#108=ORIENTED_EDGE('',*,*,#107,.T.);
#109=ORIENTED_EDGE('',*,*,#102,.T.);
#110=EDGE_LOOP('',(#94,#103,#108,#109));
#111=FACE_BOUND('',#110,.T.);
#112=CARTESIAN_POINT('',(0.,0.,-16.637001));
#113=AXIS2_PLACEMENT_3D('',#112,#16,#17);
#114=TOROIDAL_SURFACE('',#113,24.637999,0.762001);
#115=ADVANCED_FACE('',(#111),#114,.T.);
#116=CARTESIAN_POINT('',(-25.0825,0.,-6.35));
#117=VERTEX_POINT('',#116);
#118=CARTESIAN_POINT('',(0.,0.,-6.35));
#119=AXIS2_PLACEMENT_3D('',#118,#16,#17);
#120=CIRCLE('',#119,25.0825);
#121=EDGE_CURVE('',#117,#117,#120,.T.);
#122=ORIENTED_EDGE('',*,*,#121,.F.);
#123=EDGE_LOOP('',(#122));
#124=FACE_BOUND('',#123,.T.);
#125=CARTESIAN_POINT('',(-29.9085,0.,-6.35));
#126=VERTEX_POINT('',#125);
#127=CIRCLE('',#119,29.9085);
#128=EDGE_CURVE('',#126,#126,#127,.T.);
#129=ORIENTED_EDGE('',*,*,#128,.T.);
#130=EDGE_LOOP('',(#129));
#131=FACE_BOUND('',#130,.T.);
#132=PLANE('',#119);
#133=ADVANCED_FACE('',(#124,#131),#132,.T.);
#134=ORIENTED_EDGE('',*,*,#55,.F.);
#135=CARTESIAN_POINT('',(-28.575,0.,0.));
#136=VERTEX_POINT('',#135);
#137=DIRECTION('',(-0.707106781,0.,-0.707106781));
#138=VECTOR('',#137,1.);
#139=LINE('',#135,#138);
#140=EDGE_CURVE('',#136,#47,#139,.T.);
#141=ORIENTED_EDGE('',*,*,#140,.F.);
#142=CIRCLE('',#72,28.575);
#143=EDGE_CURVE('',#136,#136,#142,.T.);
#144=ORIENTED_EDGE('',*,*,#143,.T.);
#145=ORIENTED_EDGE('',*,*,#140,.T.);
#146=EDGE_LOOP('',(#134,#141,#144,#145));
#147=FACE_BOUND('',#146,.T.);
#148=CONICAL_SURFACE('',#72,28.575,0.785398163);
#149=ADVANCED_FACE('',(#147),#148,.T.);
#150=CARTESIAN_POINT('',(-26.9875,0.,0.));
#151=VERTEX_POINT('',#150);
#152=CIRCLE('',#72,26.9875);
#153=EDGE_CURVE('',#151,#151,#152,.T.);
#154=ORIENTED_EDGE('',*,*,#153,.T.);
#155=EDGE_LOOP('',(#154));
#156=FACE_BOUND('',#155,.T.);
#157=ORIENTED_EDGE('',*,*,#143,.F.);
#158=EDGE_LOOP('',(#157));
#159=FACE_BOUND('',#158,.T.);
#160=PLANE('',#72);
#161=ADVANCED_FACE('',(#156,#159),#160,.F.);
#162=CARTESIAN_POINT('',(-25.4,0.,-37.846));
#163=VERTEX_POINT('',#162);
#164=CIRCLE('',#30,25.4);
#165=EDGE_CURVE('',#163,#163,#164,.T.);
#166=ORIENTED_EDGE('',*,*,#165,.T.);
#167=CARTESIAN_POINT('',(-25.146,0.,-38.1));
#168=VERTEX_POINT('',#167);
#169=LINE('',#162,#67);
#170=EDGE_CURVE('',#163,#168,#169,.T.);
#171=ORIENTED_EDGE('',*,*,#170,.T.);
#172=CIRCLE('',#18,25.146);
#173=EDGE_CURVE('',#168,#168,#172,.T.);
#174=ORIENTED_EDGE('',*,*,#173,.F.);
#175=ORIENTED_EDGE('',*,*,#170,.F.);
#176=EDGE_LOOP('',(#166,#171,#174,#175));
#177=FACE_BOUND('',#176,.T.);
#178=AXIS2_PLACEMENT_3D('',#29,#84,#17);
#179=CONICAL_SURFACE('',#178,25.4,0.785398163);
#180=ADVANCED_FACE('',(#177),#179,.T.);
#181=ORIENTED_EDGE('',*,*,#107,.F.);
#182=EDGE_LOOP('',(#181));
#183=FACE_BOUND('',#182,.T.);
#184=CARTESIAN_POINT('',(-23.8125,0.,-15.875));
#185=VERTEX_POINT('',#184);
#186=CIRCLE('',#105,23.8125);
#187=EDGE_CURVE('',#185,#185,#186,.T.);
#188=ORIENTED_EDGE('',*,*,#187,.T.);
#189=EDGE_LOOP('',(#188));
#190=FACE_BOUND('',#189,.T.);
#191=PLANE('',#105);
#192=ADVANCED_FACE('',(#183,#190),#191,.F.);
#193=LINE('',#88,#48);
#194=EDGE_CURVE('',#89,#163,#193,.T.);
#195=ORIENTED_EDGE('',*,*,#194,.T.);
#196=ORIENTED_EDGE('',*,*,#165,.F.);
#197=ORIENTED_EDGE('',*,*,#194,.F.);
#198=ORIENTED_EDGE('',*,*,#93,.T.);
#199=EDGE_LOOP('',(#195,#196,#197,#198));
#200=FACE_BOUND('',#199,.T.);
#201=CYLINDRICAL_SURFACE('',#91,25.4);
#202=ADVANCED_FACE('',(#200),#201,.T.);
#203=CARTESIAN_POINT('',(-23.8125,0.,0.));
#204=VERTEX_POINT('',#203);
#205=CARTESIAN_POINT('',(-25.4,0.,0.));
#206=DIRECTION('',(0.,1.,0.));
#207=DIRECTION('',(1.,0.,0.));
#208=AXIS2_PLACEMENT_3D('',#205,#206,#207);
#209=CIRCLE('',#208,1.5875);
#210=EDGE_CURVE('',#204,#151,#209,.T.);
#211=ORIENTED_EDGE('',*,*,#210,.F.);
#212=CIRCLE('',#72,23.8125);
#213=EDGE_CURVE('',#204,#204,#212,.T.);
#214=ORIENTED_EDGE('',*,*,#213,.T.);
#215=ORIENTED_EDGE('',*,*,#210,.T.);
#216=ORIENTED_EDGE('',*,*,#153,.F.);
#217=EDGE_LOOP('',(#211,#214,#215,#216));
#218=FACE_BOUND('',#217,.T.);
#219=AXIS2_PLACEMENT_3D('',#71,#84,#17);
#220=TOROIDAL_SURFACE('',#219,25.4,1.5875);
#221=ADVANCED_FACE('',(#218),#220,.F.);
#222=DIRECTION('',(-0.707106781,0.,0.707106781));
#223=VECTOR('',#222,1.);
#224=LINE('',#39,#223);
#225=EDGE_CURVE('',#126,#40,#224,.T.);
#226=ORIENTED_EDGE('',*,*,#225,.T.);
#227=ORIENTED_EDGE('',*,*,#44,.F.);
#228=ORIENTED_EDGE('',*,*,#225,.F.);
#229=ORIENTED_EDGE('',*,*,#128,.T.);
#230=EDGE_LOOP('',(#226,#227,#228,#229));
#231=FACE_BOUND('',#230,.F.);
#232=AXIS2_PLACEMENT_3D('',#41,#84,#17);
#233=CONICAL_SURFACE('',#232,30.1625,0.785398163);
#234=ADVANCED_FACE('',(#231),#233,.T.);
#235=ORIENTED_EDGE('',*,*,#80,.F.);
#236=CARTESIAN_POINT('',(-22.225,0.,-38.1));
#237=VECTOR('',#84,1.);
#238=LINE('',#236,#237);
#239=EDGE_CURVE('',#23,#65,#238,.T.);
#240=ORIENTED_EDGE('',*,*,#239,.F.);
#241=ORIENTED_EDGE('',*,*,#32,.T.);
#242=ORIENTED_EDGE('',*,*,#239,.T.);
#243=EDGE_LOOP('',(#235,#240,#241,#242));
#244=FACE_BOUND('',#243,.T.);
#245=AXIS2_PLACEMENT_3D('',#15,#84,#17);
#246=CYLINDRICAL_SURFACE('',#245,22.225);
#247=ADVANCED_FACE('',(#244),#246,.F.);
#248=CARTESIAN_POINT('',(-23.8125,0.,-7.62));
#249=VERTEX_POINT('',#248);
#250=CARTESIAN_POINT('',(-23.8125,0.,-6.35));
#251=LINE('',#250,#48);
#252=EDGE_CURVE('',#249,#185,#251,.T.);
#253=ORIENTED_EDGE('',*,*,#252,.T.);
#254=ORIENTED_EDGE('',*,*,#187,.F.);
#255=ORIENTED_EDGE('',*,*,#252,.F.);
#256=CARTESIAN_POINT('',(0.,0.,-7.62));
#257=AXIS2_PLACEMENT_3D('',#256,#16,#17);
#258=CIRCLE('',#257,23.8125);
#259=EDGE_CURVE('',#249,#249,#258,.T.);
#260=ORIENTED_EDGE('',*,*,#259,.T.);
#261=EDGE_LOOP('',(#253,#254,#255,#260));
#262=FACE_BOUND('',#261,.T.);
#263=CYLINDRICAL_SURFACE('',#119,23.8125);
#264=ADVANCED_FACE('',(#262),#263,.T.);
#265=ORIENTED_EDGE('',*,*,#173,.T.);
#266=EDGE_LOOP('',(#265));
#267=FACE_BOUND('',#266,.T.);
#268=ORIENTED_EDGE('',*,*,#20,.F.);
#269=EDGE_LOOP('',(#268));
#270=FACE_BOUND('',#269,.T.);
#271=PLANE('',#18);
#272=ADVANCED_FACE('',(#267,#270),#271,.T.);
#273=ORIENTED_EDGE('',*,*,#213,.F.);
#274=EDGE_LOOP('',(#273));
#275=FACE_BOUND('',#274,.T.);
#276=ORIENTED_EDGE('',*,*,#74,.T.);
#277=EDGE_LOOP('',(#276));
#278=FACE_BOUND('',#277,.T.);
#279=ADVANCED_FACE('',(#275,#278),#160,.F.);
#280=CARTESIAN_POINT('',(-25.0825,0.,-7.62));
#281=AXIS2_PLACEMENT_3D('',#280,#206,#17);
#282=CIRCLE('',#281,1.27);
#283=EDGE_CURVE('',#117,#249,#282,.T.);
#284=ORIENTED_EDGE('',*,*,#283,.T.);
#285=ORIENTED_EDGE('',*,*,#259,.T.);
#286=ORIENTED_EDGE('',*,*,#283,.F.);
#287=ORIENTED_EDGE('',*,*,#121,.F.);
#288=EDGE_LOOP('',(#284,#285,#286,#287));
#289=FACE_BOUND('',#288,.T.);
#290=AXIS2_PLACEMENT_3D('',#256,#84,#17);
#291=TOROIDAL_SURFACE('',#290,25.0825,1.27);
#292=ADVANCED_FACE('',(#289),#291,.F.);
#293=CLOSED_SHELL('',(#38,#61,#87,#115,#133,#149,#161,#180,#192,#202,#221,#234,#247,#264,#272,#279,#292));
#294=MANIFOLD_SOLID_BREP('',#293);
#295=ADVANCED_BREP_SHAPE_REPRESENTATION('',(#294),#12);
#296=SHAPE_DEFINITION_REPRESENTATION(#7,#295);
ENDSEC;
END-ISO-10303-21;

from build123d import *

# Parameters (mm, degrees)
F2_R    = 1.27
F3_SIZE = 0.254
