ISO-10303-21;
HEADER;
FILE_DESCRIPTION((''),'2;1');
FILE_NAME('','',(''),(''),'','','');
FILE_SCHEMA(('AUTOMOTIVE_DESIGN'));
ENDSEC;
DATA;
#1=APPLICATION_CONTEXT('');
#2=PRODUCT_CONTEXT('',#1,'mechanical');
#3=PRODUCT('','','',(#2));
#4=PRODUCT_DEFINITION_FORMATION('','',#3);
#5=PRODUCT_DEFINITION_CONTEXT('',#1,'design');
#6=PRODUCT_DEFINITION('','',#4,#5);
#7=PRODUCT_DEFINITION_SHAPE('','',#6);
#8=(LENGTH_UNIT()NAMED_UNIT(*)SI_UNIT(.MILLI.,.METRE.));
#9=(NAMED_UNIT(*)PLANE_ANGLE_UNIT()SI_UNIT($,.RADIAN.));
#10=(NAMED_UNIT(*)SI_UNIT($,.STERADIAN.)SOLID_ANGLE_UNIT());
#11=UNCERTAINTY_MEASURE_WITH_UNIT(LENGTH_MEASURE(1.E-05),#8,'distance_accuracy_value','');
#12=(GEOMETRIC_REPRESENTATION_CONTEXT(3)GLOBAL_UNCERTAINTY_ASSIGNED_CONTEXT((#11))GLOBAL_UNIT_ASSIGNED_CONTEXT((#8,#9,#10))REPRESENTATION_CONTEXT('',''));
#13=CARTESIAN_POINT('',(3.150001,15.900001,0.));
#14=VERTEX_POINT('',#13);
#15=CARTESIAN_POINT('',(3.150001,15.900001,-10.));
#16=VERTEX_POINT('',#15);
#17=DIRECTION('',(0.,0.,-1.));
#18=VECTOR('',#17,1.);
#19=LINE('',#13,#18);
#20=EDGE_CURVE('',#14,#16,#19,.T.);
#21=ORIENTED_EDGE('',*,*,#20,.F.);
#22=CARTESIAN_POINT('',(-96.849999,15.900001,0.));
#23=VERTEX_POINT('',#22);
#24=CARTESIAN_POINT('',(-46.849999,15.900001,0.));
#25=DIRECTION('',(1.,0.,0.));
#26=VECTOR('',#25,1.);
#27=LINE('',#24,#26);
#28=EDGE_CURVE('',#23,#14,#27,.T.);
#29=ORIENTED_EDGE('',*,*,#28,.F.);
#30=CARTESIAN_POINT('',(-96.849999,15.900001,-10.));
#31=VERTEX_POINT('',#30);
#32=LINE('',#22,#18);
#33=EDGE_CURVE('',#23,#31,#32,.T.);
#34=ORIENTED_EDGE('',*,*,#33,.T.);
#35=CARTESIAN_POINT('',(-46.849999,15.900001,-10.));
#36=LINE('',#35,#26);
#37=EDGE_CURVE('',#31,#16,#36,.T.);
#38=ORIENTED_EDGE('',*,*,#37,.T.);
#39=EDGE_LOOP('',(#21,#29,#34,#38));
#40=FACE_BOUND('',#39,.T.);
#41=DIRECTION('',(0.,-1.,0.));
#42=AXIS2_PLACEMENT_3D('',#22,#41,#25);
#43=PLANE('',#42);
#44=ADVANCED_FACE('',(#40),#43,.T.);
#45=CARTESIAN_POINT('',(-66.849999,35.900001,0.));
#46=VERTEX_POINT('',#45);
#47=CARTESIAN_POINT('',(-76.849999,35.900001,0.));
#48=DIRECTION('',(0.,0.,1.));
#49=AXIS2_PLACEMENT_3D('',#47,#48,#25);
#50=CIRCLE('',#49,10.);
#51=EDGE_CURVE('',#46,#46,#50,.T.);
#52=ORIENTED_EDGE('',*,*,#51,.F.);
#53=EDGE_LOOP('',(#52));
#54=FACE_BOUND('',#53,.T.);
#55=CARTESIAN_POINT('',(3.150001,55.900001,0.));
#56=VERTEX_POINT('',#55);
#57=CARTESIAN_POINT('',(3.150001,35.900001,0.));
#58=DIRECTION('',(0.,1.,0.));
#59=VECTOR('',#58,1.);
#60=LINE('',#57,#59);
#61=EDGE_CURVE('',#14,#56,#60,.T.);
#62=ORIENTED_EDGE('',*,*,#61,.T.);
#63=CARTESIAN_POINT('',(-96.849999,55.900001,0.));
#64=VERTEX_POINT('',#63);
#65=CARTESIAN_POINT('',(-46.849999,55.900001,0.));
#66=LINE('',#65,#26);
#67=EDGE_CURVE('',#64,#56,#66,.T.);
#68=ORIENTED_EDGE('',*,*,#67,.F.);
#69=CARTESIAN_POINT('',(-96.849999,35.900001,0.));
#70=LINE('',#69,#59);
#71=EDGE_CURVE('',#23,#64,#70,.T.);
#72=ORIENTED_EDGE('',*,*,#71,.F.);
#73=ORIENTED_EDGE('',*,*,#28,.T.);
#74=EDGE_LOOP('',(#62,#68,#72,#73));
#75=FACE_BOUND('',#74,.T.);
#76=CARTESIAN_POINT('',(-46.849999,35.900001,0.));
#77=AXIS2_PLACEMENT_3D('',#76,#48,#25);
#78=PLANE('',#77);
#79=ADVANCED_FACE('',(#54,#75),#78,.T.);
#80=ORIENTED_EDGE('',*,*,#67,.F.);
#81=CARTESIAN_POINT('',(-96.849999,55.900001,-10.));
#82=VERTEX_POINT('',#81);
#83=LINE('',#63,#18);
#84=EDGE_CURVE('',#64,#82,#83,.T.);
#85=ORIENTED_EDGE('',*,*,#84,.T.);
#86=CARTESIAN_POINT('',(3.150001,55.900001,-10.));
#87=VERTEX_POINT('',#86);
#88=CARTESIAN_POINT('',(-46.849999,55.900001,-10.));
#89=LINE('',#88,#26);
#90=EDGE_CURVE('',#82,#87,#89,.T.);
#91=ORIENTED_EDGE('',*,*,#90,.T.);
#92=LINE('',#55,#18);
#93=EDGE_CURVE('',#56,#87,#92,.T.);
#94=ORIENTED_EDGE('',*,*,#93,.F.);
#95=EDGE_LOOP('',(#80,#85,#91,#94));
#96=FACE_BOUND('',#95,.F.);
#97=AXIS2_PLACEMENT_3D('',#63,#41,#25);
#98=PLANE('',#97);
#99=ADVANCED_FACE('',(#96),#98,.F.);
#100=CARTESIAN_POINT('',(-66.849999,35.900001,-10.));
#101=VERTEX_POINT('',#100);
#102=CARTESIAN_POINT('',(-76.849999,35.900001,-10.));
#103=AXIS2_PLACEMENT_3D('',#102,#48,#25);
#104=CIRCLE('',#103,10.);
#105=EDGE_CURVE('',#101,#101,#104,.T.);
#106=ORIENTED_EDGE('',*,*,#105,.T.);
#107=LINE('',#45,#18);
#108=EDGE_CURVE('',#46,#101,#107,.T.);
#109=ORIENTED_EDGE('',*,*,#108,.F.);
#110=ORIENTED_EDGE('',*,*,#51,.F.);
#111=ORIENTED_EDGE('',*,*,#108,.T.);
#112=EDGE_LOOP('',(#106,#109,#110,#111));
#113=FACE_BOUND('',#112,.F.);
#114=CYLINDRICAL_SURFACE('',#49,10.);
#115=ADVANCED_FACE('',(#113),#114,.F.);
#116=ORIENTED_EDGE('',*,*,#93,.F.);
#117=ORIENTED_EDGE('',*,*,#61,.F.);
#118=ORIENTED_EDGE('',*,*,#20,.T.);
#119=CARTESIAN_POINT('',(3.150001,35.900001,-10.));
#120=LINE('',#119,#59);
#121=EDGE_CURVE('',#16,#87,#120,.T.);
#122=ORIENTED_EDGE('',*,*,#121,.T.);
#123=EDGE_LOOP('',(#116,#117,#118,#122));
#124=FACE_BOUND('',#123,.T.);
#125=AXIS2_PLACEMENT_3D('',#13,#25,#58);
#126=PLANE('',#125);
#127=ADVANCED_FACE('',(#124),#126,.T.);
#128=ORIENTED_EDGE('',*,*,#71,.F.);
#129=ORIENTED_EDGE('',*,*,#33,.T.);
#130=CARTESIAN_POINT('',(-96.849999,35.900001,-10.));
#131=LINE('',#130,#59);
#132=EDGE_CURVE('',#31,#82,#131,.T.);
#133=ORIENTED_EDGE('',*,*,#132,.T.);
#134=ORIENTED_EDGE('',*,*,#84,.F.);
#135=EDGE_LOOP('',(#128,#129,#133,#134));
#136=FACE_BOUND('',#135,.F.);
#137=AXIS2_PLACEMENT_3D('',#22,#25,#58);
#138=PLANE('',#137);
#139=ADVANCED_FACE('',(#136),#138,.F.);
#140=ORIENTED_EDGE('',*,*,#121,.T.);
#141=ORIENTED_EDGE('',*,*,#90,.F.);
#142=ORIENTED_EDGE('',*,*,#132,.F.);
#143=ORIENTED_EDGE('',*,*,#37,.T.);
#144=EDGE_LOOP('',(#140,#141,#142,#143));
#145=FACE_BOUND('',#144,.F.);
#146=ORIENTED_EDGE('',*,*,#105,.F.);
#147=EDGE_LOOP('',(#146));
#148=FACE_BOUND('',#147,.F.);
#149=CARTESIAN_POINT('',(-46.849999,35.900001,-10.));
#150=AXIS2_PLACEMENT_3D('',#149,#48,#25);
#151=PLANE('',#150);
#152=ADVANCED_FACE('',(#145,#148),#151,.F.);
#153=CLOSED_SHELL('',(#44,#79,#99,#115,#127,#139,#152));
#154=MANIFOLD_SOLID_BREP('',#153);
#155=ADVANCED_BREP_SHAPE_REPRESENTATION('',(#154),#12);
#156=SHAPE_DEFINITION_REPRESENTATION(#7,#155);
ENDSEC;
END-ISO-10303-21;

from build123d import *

# Parameters (mm, degrees)
F0_W     = 100
F0_H     = 40
F0_R     = 10
F1_DEPTH = 10


with BuildPart() as f1:
    # F0 (on Top) → F1 (new body)
    with BuildSketch(Plane.XY):
        with Locations((-46.849999, 35.900001)):
            Rectangle(F0_W, F0_H)
        with Locations((-76.849999, 35.900001)):
            Circle(F0_R, mode=Mode.SUBTRACT)
    extrude(amount=-F1_DEPTH)


solid = f1.part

Goal of the exercise: Give back, word for word, only the lines above from the line holding "#211=ORIENTED_EDGE('',*,*,#210,.F.);" to the line holding "#217=EDGE_LOOP('',(#211,#214,#215,#216));", both included.

Result for this exercise:
#211=ORIENTED_EDGE('',*,*,#210,.F.);
#212=CIRCLE('',#72,23.8125);
#213=EDGE_CURVE('',#204,#204,#212,.T.);
#214=ORIENTED_EDGE('',*,*,#213,.T.);
#215=ORIENTED_EDGE('',*,*,#210,.T.);
#216=ORIENTED_EDGE('',*,*,#153,.F.);
#217=EDGE_LOOP('',(#211,#214,#215,#216));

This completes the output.